Faster Chips Are Leaving Programmers in Their Dust
mlimber writes "The New York Times is running a story about multicore computing and the efforts of Microsoft et al. to try to switch to the new paradigm: "The challenges [of parallel programming] have not dented the enthusiasm for the potential of the new parallel chips at Microsoft, where executives are betting that the arrival of manycore chips — processors with more than eight cores, possible as soon as 2010 — will transform the world of personal computing.... Engineers and computer scientists acknowledge that despite advances in recent decades, the computer industry is still lagging in its ability to write parallel programs." It mirrors what C++ guru and now Microsoft architect Herb Sutter has been saying in articles such as his "The Free Lunch Is Over: A Fundamental Turn Toward Concurrency in Software." Sutter is part of the C++ standards committee that is working hard to make multithreading standard in C++."
Some algorithms are inherently not amenable to parallelization. If you have eight cores instead of one, then the performance boost you can get can be anywhere from eight times faster to none at all.

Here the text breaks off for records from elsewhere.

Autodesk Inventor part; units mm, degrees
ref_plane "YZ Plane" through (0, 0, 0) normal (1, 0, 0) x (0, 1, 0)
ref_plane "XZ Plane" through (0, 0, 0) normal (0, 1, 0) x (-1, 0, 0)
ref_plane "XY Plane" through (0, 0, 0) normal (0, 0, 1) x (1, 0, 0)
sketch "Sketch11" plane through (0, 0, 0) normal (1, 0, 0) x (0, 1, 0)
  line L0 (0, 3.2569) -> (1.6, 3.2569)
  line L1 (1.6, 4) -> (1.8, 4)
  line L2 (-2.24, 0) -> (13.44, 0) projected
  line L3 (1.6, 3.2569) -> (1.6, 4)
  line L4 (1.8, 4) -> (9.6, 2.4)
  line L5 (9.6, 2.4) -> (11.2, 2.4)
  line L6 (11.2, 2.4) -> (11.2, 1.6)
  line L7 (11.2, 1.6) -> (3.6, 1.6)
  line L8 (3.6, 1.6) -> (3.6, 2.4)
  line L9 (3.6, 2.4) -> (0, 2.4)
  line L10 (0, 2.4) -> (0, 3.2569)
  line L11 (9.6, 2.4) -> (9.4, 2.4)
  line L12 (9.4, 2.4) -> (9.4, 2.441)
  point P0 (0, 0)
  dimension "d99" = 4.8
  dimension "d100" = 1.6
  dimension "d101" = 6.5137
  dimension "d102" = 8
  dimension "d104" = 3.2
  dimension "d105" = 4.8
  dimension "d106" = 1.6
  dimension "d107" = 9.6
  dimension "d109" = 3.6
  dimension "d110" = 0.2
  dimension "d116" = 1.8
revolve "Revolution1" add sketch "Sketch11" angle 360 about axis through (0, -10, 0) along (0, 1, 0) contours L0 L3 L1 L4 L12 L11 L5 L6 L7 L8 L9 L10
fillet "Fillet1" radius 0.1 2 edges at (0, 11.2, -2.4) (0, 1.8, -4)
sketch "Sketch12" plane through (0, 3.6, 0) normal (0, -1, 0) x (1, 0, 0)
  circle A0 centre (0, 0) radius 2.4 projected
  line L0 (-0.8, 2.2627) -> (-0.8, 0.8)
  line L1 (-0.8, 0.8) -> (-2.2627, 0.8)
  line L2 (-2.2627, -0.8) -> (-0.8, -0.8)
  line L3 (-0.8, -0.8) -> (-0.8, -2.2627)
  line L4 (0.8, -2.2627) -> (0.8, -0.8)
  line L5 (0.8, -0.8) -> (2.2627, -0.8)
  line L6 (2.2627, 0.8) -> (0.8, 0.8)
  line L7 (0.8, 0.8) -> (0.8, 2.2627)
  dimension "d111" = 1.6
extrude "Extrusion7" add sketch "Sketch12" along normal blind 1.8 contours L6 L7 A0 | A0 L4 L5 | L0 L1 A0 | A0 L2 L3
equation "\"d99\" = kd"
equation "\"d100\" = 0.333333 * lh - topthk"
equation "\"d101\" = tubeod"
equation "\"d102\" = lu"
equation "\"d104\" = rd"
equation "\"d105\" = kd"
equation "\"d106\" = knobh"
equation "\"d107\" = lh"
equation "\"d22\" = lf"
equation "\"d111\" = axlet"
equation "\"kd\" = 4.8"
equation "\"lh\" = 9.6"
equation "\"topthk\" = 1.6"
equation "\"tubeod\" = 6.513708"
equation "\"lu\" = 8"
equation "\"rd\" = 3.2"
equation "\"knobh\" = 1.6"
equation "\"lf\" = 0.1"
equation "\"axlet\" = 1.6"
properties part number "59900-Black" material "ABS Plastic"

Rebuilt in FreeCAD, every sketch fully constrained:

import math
import FreeCAD as App
import Part
import Sketcher
from FreeCAD import Vector
Q = App.Units.Quantity


def edges_at(feature, points):
    """Names of the edges that pass closest to the given points."""
    edges = feature.Shape.Edges
    near = lambda p: min(range(len(edges)), key=lambda i: edges[i].distToShape(Part.Vertex(*p))[0])
    return sorted({f"Edge{near(p) + 1}" for p in points})


def add_polygon(sketch, points):
    """Adds a closed chain of lines whose ends are joined by coincident constraints."""
    first, n = sketch.GeometryCount, len(points)
    for a, b in zip(points, points[1:] + points[:1]):
        sketch.addGeometry(Part.LineSegment(App.Vector(*a, 0), App.Vector(*b, 0)), False)
    for i in range(n):
        sketch.addConstraint(Sketcher.Constraint("Coincident", first + i, 2, first + (i + 1) % n, 1))

doc = App.newDocument("Part")
params = doc.addObject("Spreadsheet::Sheet", "Params")
for row, (alias, value) in enumerate([
    ("sketch1_width", "1.6 mm"),
    ("sketch1_width2", "3.6 mm"),
    ("sketch1_width3", "1.8 mm"),
    ("sketch1_width4", "0.2 mm"),
    ("sketch1_width5", "7.6 mm"),
    ("revolution_angle", "360 deg"),
    ("fillet_radius", "0.1 mm"),
    ("sketch2_radius", "2.4 mm"),
    ("pad1_length", "1.8 mm"),
], start=1):
    params.set(f"A{row}", alias)
    params.set(f"B{row}", "=" + value)
    params.setAlias(f"B{row}", alias)

body = doc.addObject("PartDesign::Body", "Body")

sketch1 = body.newObject("Sketcher::SketchObject", "Sketch")
sketch1.AttachmentSupport = (doc.getObject("YZ_Plane"), [""])
sketch1.MapMode = "FlatFace"
add_polygon(sketch1, [(1.6, 3.2569), (0, 3.2569), (0, 2.4), (3.6, 2.4), (3.6, 1.6), (11.2, 1.6), (11.2, 2.4), (9.4, 2.4), (9.400005, 2.441025), (1.8, 4), (1.6, 4)])
sketch1.addConstraint([
    Sketcher.Constraint("Horizontal", 0),
    Sketcher.Constraint("Vertical", 1),
    Sketcher.Constraint("Horizontal", 2),
    Sketcher.Constraint("Vertical", 3),
    Sketcher.Constraint("Horizontal", 4),
    Sketcher.Constraint("Vertical", 5),
    Sketcher.Constraint("Horizontal", 6),
    Sketcher.Constraint("Vertical", 7),
    Sketcher.Constraint("Horizontal", 9),
    Sketcher.Constraint("Vertical", 10),
    Sketcher.Constraint("PointOnObject", 0, 2, -2),
    Sketcher.Constraint("Horizontal", 2, 2, 5, 2),
    Sketcher.Constraint("DistanceX", 0, 2, 0, 1, Q("1.6 mm")),
    Sketcher.Constraint("DistanceX", 2, 1, 2, 2, Q("3.6 mm")),
    Sketcher.Constraint("DistanceX", 6, 2, 6, 1, Q("1.8 mm")),
    Sketcher.Constraint("DistanceX", 9, 2, 9, 1, Q("0.2 mm")),
    Sketcher.Constraint("DistanceY", -1, 1, 3, 2, Q("1.6 mm")),
    Sketcher.Constraint("DistanceY", 1, 2, 8, 2, Q("1.6 mm")),
    Sketcher.Constraint("DistanceX", 4, 1, 4, 2, Q("7.6 mm")),
    Sketcher.Constraint("DistanceY", 3, 2, 3, 1, Q("0.8 mm")),
    Sketcher.Constraint("DistanceY", 1, 2, 1, 1, Q("0.857 mm")),
    Sketcher.Constraint("DistanceY", 7, 1, 7, 2, Q("0.041 mm")),
])
sketch1.setExpression("Constraints[23]", "Params.sketch1_width")
sketch1.setExpression("Constraints[24]", "Params.sketch1_width2")
sketch1.setExpression("Constraints[25]", "Params.sketch1_width3")
sketch1.setExpression("Constraints[26]", "Params.sketch1_width4")
sketch1.setExpression("Constraints[29]", "Params.sketch1_width5")
revolution = body.newObject("PartDesign::Revolution", "Revolution")
revolution.Profile = sketch1
revolution.ReferenceAxis = (sketch1, ["H_Axis"])
revolution.setExpression("Angle", "Params.revolution_angle")
doc.recompute()

fillet = body.newObject("PartDesign::Fillet", "Fillet")
fillet.Base = (revolution, edges_at(revolution, [(0, 11.2, -2.4), (0, 1.8, -4)]))
fillet.setExpression("Radius", "Params.fillet_radius")

sketch2 = body.newObject("Sketcher::SketchObject", "Sketch001")
sketch2.AttachmentSupport = (doc.getObject("XZ_Plane"), [""])
sketch2.MapMode = "FlatFace"
sketch2.AttachmentOffset = App.Placement(Vector(0, 0, -3.6), App.Rotation())
sketch2.addGeometry([
    Part.LineSegment(Vector(0.8, 0.8, 0), Vector(2.2627, 0.8, 0)),
    Part.ArcOfCircle(Part.Circle(Vector(0, 0, 0), Vector(0, 0, 1), 2.4), math.radians(19.471552), math.radians(70.528448)),
    Part.LineSegment(Vector(0.8, 2.2627, 0), Vector(0.8, 0.8, 0)),
    Part.ArcOfCircle(Part.Circle(Vector(0, 0, 0), Vector(0, 0, 1), 2.4), math.radians(-70.528448), math.radians(-19.471552)),
    Part.LineSegment(Vector(2.2627, -0.8, 0), Vector(0.8, -0.8, 0)),
    Part.LineSegment(Vector(0.8, -0.8, 0), Vector(0.8, -2.2627, 0)),
    Part.LineSegment(Vector(-0.8, 0.8, 0), Vector(-0.8, 2.2627, 0)),
    Part.ArcOfCircle(Part.Circle(Vector(0, 0, 0), Vector(0, 0, 1), 2.4), math.radians(109.471552), math.radians(160.528448)),
    Part.LineSegment(Vector(-2.2627, 0.8, 0), Vector(-0.8, 0.8, 0)),
    Part.ArcOfCircle(Part.Circle(Vector(0, 0, 0), Vector(0, 0, 1), 2.4), math.radians(-160.528448), math.radians(-109.471552)),
    Part.LineSegment(Vector(-0.8, -2.2627, 0), Vector(-0.8, -0.8, 0)),
    Part.LineSegment(Vector(-0.8, -0.8, 0), Vector(-2.2627, -0.8, 0)),
], False)
sketch2.addConstraint([
    Sketcher.Constraint("Coincident", 0, 2, 1, 1),
    Sketcher.Constraint("Coincident", 1, 2, 2, 1),
    Sketcher.Constraint("Coincident", 2, 2, 0, 1),
    Sketcher.Constraint("Coincident", 3, 2, 4, 1),
    Sketcher.Constraint("Coincident", 4, 2, 5, 1),
    Sketcher.Constraint("Coincident", 5, 2, 3, 1),
    Sketcher.Constraint("Coincident", 6, 2, 7, 1),
    Sketcher.Constraint("Coincident", 7, 2, 8, 1),
    Sketcher.Constraint("Coincident", 8, 2, 6, 1),
    Sketcher.Constraint("Coincident", 9, 2, 10, 1),
    Sketcher.Constraint("Coincident", 10, 2, 11, 1),
    Sketcher.Constraint("Coincident", 11, 2, 9, 1),
    Sketcher.Constraint("Horizontal", 0),
    Sketcher.Constraint("Vertical", 2),
    Sketcher.Constraint("Horizontal", 4),
    Sketcher.Constraint("Vertical", 5),
    Sketcher.Constraint("Vertical", 6),
    Sketcher.Constraint("Horizontal", 8),
    Sketcher.Constraint("Vertical", 10),
    Sketcher.Constraint("Horizontal", 11),
    Sketcher.Constraint("Coincident", 1, 3, -1, 1),
    Sketcher.Constraint("Coincident", 3, 3, -1, 1),
    Sketcher.Constraint("Coincident", 7, 3, -1, 1),
    Sketcher.Constraint("Coincident", 9, 3, -1, 1),
    Sketcher.Constraint("Equal", 1, 3),
    Sketcher.Constraint("Equal", 3, 7),
    Sketcher.Constraint("Equal", 7, 9),
    Sketcher.Constraint("Symmetric", 4, 2, 8, 2, -1, 1),
    Sketcher.Constraint("Symmetric", 2, 2, 10, 2, -1, 1),
    Sketcher.Constraint("Symmetric", 2, 2, 8, 2, -2),
    Sketcher.Constraint("Equal", 11, 2),
    Sketcher.Constraint("Radius", 1, Q("2.4 mm")),
    Sketcher.Constraint("DistanceY", 3, 2, 0, 2, Q("1.6 mm")),
])
sketch2.setExpression("Constraints[31]", "Params.sketch2_radius")
pad1 = body.newObject("PartDesign::Pad", "Pad")
pad1.Profile = sketch2
pad1.setExpression("Length", "Params.pad1_length")

doc.recompute()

So far, multiple cores have boosted performance mostly because the typical user has multiple applications running at a time. But as the number of cores increases, the beneficial effects diminish dramatically.
In addition, most applications these days are not CPU bound. Having eight cores doesn't help you much when three are waiting on socket calls, four are waiting on disk access calls and the last is waiting for the graphics card.
The cake is a pie
It's not just making your app multithreaded, it's completely changing your algorithms so they they take advantage of multiple processors. I took a parallel programming course in University, so I'm by no means an expert, but I'll give what insight I have. You can't just take a standard sort algorithm and run in multithreaded. You have to change the entire algorithm. In the end, you end up with something that sorts faster than n log (n). However, doing this type of programming where you break up the dataset, sort each set, and then gather the results can be very difficult. Many debuggers don't deal well with multiple threads, so that adds an extra layer of difficulty to the whole problem. Granted, I don't think that we really need this level of multithreadedness, but I think that's what the article is referring to. I think that 10+ core CPUs will only really help for those of us who like to do multiple things at the same time. I think it would even be beneficial to keep most apps tied to a single CPU so that a run-away app wouldn't take over the entire computer.
Anthropic principle: We see the universe the way it is because if it were different we would not be here to see it.
processors with more than eight cores, possible as soon as 2010 -- will transform the world of personal computing....
Translation:
Code will get even more inefficient / bloated and require faster hardware to do the same thing you are doing now. While I'm all for better / faster computer hardware, most if not all Jane and Joe Sixpack users never need Super Computer power to surf the net, read e-mail and watch videos.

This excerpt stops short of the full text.